# Species ID



## jason08857 (Nov 17, 2012)

Anyone have a clue what species this little guy is. Just bought him last week. Almost all my fish were wiped out during Sandy. This guy was the biggest fish in a tank of jags. I think he is a Dovii but not 100% sure.


----------



## jason08857 (Nov 17, 2012)

woops! Here is the picture. I'm new here


----------



## BC in SK (Aug 11, 2012)

I can tell you with certainty it is neither Parachromis managunse nor P. dovii.

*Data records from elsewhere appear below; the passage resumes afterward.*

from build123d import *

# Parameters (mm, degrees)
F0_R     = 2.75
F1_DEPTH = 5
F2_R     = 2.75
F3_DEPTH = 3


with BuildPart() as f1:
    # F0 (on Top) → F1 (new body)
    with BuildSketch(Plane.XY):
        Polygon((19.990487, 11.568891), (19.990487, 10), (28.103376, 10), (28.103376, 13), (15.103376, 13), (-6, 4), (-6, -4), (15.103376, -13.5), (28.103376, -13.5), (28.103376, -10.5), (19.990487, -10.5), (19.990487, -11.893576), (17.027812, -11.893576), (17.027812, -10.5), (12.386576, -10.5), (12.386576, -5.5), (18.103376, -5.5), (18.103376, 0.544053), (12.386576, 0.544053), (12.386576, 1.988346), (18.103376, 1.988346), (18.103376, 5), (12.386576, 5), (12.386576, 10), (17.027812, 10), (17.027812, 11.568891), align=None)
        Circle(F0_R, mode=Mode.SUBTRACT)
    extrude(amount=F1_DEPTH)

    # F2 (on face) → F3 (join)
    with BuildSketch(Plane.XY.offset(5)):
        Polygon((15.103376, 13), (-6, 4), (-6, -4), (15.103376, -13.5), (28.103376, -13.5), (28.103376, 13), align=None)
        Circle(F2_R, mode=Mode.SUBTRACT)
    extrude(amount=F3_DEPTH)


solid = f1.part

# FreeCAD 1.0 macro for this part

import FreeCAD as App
import Part
import Sketcher
from FreeCAD import Vector

doc = App.newDocument("Part")
body = doc.addObject("PartDesign::Body", "Body")

# Sketch on XY plane
sketch1 = doc.addObject("Sketcher::SketchObject", "Sketch")
body.addObject(sketch1)
sketch1.AttachmentSupport = (doc.XY_Plane, [""])
sketch1.MapMode = "FlatFace"
sketch1.addGeometry([
    Part.LineSegment(Vector(20, 11.6, 0), Vector(20, 10, 0)),  # 0
    Part.LineSegment(Vector(20, 10, 0), Vector(28.1, 10, 0)),  # 1
    Part.LineSegment(Vector(28.1, 10, 0), Vector(28.1, 13, 0)),  # 2
    Part.LineSegment(Vector(28.1, 13, 0), Vector(15.1, 13, 0)),  # 3
    Part.LineSegment(Vector(15.1, 13, 0), Vector(-6, 4, 0)),  # 4
    Part.LineSegment(Vector(-6, 4, 0), Vector(-6, -4, 0)),  # 5
    Part.LineSegment(Vector(-6, -4, 0), Vector(15.1, -13.5, 0)),  # 6
    Part.LineSegment(Vector(15.1, -13.5, 0), Vector(28.1, -13.5, 0)),  # 7
    Part.LineSegment(Vector(28.1, -13.5, 0), Vector(28.1, -10.5, 0)),  # 8
    Part.LineSegment(Vector(28.1, -10.5, 0), Vector(20, -10.5, 0)),  # 9
    Part.LineSegment(Vector(20, -10.5, 0), Vector(20, -11.9, 0)),  # 10
    Part.LineSegment(Vector(20, -11.9, 0), Vector(17, -11.9, 0)),  # 11
    Part.LineSegment(Vector(17, -11.9, 0), Vector(17, -10.5, 0)),  # 12
    Part.LineSegment(Vector(17, -10.5, 0), Vector(12.4, -10.5, 0)),  # 13
    Part.LineSegment(Vector(12.4, -10.5, 0), Vector(12.4, -5.5, 0)),  # 14
    Part.LineSegment(Vector(12.4, -5.5, 0), Vector(18.1, -5.5, 0)),  # 15
    Part.LineSegment(Vector(18.1, -5.5, 0), Vector(18.1, 0.5, 0)),  # 16
    Part.LineSegment(Vector(18.1, 0.5, 0), Vector(12.4, 0.5, 0)),  # 17
    Part.LineSegment(Vector(12.4, 0.5, 0), Vector(12.4, 2, 0)),  # 18
    Part.LineSegment(Vector(12.4, 2, 0), Vector(18.1, 2, 0)),  # 19
    Part.LineSegment(Vector(18.1, 2, 0), Vector(18.1, 5, 0)),  # 20
    Part.LineSegment(Vector(18.1, 5, 0), Vector(12.4, 5, 0)),  # 21
    Part.LineSegment(Vector(12.4, 5, 0), Vector(12.4, 10, 0)),  # 22
    Part.LineSegment(Vector(12.4, 10, 0), Vector(17, 10, 0)),  # 23
    Part.LineSegment(Vector(17, 10, 0), Vector(17, 11.6, 0)),  # 24
    Part.LineSegment(Vector(17, 11.6, 0), Vector(20, 11.6, 0)),  # 25
    Part.Circle(Vector(0, 0, 0), Vector(0, 0, 1), 2.8),  # 26
], False)
sketch1.addConstraint([
    Sketcher.Constraint("Coincident", 0, 2, 1, 1),
    Sketcher.Constraint("Coincident", 1, 2, 2, 1),
    Sketcher.Constraint("Coincident", 2, 2, 3, 1),
    Sketcher.Constraint("Coincident", 3, 2, 4, 1),
    Sketcher.Constraint("Coincident", 4, 2, 5, 1),
    Sketcher.Constraint("Coincident", 5, 2, 6, 1),
    Sketcher.Constraint("Coincident", 6, 2, 7, 1),
    Sketcher.Constraint("Coincident", 7, 2, 8, 1),
    Sketcher.Constraint("Coincident", 8, 2, 9, 1),
    Sketcher.Constraint("Coincident", 9, 2, 10, 1),
    Sketcher.Constraint("Coincident", 10, 2, 11, 1),
    Sketcher.Constraint("Coincident", 11, 2, 12, 1),
    Sketcher.Constraint("Coincident", 12, 2, 13, 1),
    Sketcher.Constraint("Coincident", 13, 2, 14, 1),
    Sketcher.Constraint("Coincident", 14, 2, 15, 1),
    Sketcher.Constraint("Coincident", 15, 2, 16, 1),
    Sketcher.Constraint("Coincident", 16, 2, 17, 1),
    Sketcher.Constraint("Coincident", 17, 2, 18, 1),
    Sketcher.Constraint("Coincident", 18, 2, 19, 1),
    Sketcher.Constraint("Coincident", 19, 2, 20, 1),
    Sketcher.Constraint("Coincident", 20, 2, 21, 1),
    Sketcher.Constraint("Coincident", 21, 2, 22, 1),
    Sketcher.Constraint("Coincident", 22, 2, 23, 1),
    Sketcher.Constraint("Coincident", 23, 2, 24, 1),
    Sketcher.Constraint("Coincident", 24, 2, 25, 1),
    Sketcher.Constraint("Coincident", 25, 2, 0, 1),
    Sketcher.Constraint("Vertical", 0),
    Sketcher.Constraint("Horizontal", 1),
    Sketcher.Constraint("Vertical", 2),
    Sketcher.Constraint("Horizontal", 3),
    Sketcher.Constraint("Vertical", 5),
    Sketcher.Constraint("Horizontal", 7),
    Sketcher.Constraint("Vertical", 8),
    Sketcher.Constraint("Horizontal", 9),
    Sketcher.Constraint("Vertical", 10),
    Sketcher.Constraint("Horizontal", 11),
    Sketcher.Constraint("Vertical", 12),
    Sketcher.Constraint("Horizontal", 13),
    Sketcher.Constraint("Vertical", 14),
    Sketcher.Constraint("Horizontal", 15),
    Sketcher.Constraint("Vertical", 16),
    Sketcher.Constraint("Horizontal", 17),
    Sketcher.Constraint("Vertical", 18),
    Sketcher.Constraint("Horizontal", 19),
    Sketcher.Constraint("Vertical", 20),
    Sketcher.Constraint("Horizontal", 21),
    Sketcher.Constraint("Vertical", 22),
    Sketcher.Constraint("Horizontal", 23),
    Sketcher.Constraint("Vertical", 24),
    Sketcher.Constraint("Horizontal", 25),
    Sketcher.Constraint("Coincident", 26, 3, -1, 1),
    Sketcher.Constraint("Horizontal", 9, 2, 12, 2),
    Sketcher.Constraint("Horizontal", 1, 2, 22, 2),
    Sketcher.Constraint("Vertical", 3, 2, 6, 2),
    Sketcher.Constraint("Vertical", 2, 2, 7, 2),
    Sketcher.Constraint("Vertical", 0, 2, 9, 2),
    Sketcher.Constraint("Vertical", 14, 2, 17, 2),
    Sketcher.Constraint("Vertical", 16, 2, 19, 2),
    Sketcher.Constraint("Vertical", 18, 2, 21, 2),
    Sketcher.Constraint("Vertical", 12, 2, 23, 2),
    Sketcher.Constraint("Equal", 2, 8),
    Sketcher.Constraint("Equal", 14, 22),
    Sketcher.Constraint("Diameter", 26, 5.5),
    Sketcher.Constraint("DistanceX", 3, 2, 3, 1, 13.0),
    Sketcher.Constraint("DistanceY", 2, 1, 2, 2, 3.0),
    Sketcher.Constraint("DistanceY", 5, 2, 5, 1, 8.0),
    Sketcher.Constraint("DistanceY", 14, 1, 14, 2, 5.0),
    Sketcher.Constraint("DistanceY", -1, 1, 0, 2, 10.0),
    Sketcher.Constraint("DistanceX", 4, 2, -1, 1, 6.0),
    Sketcher.Constraint("DistanceY", -1, 1, 4, 2, 4.0),
    Sketcher.Constraint("DistanceY", 6, 2, -1, 1, 13.5),
    Sketcher.Constraint("DistanceX", 15, 1, 15, 2, 5.7168),
    Sketcher.Constraint("DistanceX", 1, 1, 1, 2, 8.112889),
    Sketcher.Constraint("DistanceY", 0, 2, 0, 1, 1.568891),
    Sketcher.Constraint("DistanceX", 13, 2, 6, 2, 2.7168),
    Sketcher.Constraint("DistanceX", 11, 2, 11, 1, 2.962675),
    Sketcher.Constraint("DistanceY", 10, 2, 10, 1, 1.393576),
    Sketcher.Constraint("DistanceY", 16, 1, 16, 2, 6.044053),
    Sketcher.Constraint("DistanceY", 18, 1, 18, 2, 1.444293),
    Sketcher.Constraint("Distance", 4, 22.942373),
])
pad1 = doc.addObject("PartDesign::Pad", "Pad")
body.addObject(pad1)
pad1.Profile = sketch1
pad1.Length = 5

# Sketch on XY plane
sketch2 = doc.addObject("Sketcher::SketchObject", "Sketch001")
body.addObject(sketch2)
sketch2.AttachmentSupport = (doc.XY_Plane, [""])
sketch2.MapMode = "FlatFace"
sketch2.AttachmentOffset = App.Placement(Vector(0, 0, 5), App.Rotation())
sketch2.addGeometry([
    Part.LineSegment(Vector(15.1, 13, 0), Vector(-6, 4, 0)),  # 0
    Part.LineSegment(Vector(-6, 4, 0), Vector(-6, -4, 0)),  # 1
    Part.LineSegment(Vector(-6, -4, 0), Vector(15.1, -13.5, 0)),  # 2
    Part.LineSegment(Vector(15.1, -13.5, 0), Vector(28.1, -13.5, 0)),  # 3
    Part.LineSegment(Vector(28.1, -13.5, 0), Vector(28.1, 13, 0)),  # 4
    Part.LineSegment(Vector(28.1, 13, 0), Vector(15.1, 13, 0)),  # 5
    Part.Circle(Vector(0, 0, 0), Vector(0, 0, 1), 2.8),  # 6
], False)
sketch2.addConstraint([
    Sketcher.Constraint("Coincident", 0, 2, 1, 1),
    Sketcher.Constraint("Coincident", 1, 2, 2, 1),
    Sketcher.Constraint("Coincident", 2, 2, 3, 1),
    Sketcher.Constraint("Coincident", 3, 2, 4, 1),
    Sketcher.Constraint("Coincident", 4, 2, 5, 1),
    Sketcher.Constraint("Coincident", 5, 2, 0, 1),
    Sketcher.Constraint("Vertical", 1),
    Sketcher.Constraint("Horizontal", 3),
    Sketcher.Constraint("Vertical", 4),
    Sketcher.Constraint("Horizontal", 5),
    Sketcher.Constraint("Coincident", 6, 3, -1, 1),
    Sketcher.Constraint("Vertical", 2, 2, 5, 2),
    Sketcher.Constraint("Diameter", 6, 5.5),
    Sketcher.Constraint("DistanceX", 3, 1, 3, 2, 13.0),
    Sketcher.Constraint("DistanceY", 1, 2, 1, 1, 8.0),
    Sketcher.Constraint("DistanceY", 4, 1, 4, 2, 26.5),
    Sketcher.Constraint("DistanceX", 0, 2, -1, 1, 6.0),
    Sketcher.Constraint("DistanceY", -1, 1, 0, 2, 4.0),
    Sketcher.Constraint("DistanceY", -1, 1, 4, 2, 13.0),
    Sketcher.Constraint("Distance", 0, 22.942373),
])
pad2 = doc.addObject("PartDesign::Pad", "Pad001")
body.addObject(pad2)
pad2.Profile = sketch2
pad2.Length = 3

doc.recompute()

I think it is probably P. loisellei......though at this young juvie stage it can be more then difficult to distinguish from P. fredrichsthalii and P. motoguense. It's definately one of those 3, though i couldn't tell you for certain which it is. As it gets larger, it may become obvious.


----------



## jason08857 (Nov 17, 2012)

Thanks for the help. I would take any of those 3. The tank is only a 125. To small for an adult dovii. Don't know if you can see the light blue/teal on his face. Don't know if that helps to id him


----------



## Rocksor (May 12, 2012)

I say jag

here's a link to a dovii juvenile

http://www.cichlidae.com/forum/viewtopic.php?f=4&t=3056


----------



## jason08857 (Nov 17, 2012)

So my guy definitely is no dovii. I agree with Bc in Sk. I think its a loisellei. I have a jag thats the same size in with him. They look completely different


----------



## jason08857 (Nov 17, 2012)

2 months since i got him or her. I still think its a loisellei. Can any parachromis keepers confirm? Sorry about the poor picture quality from my camera phone


----------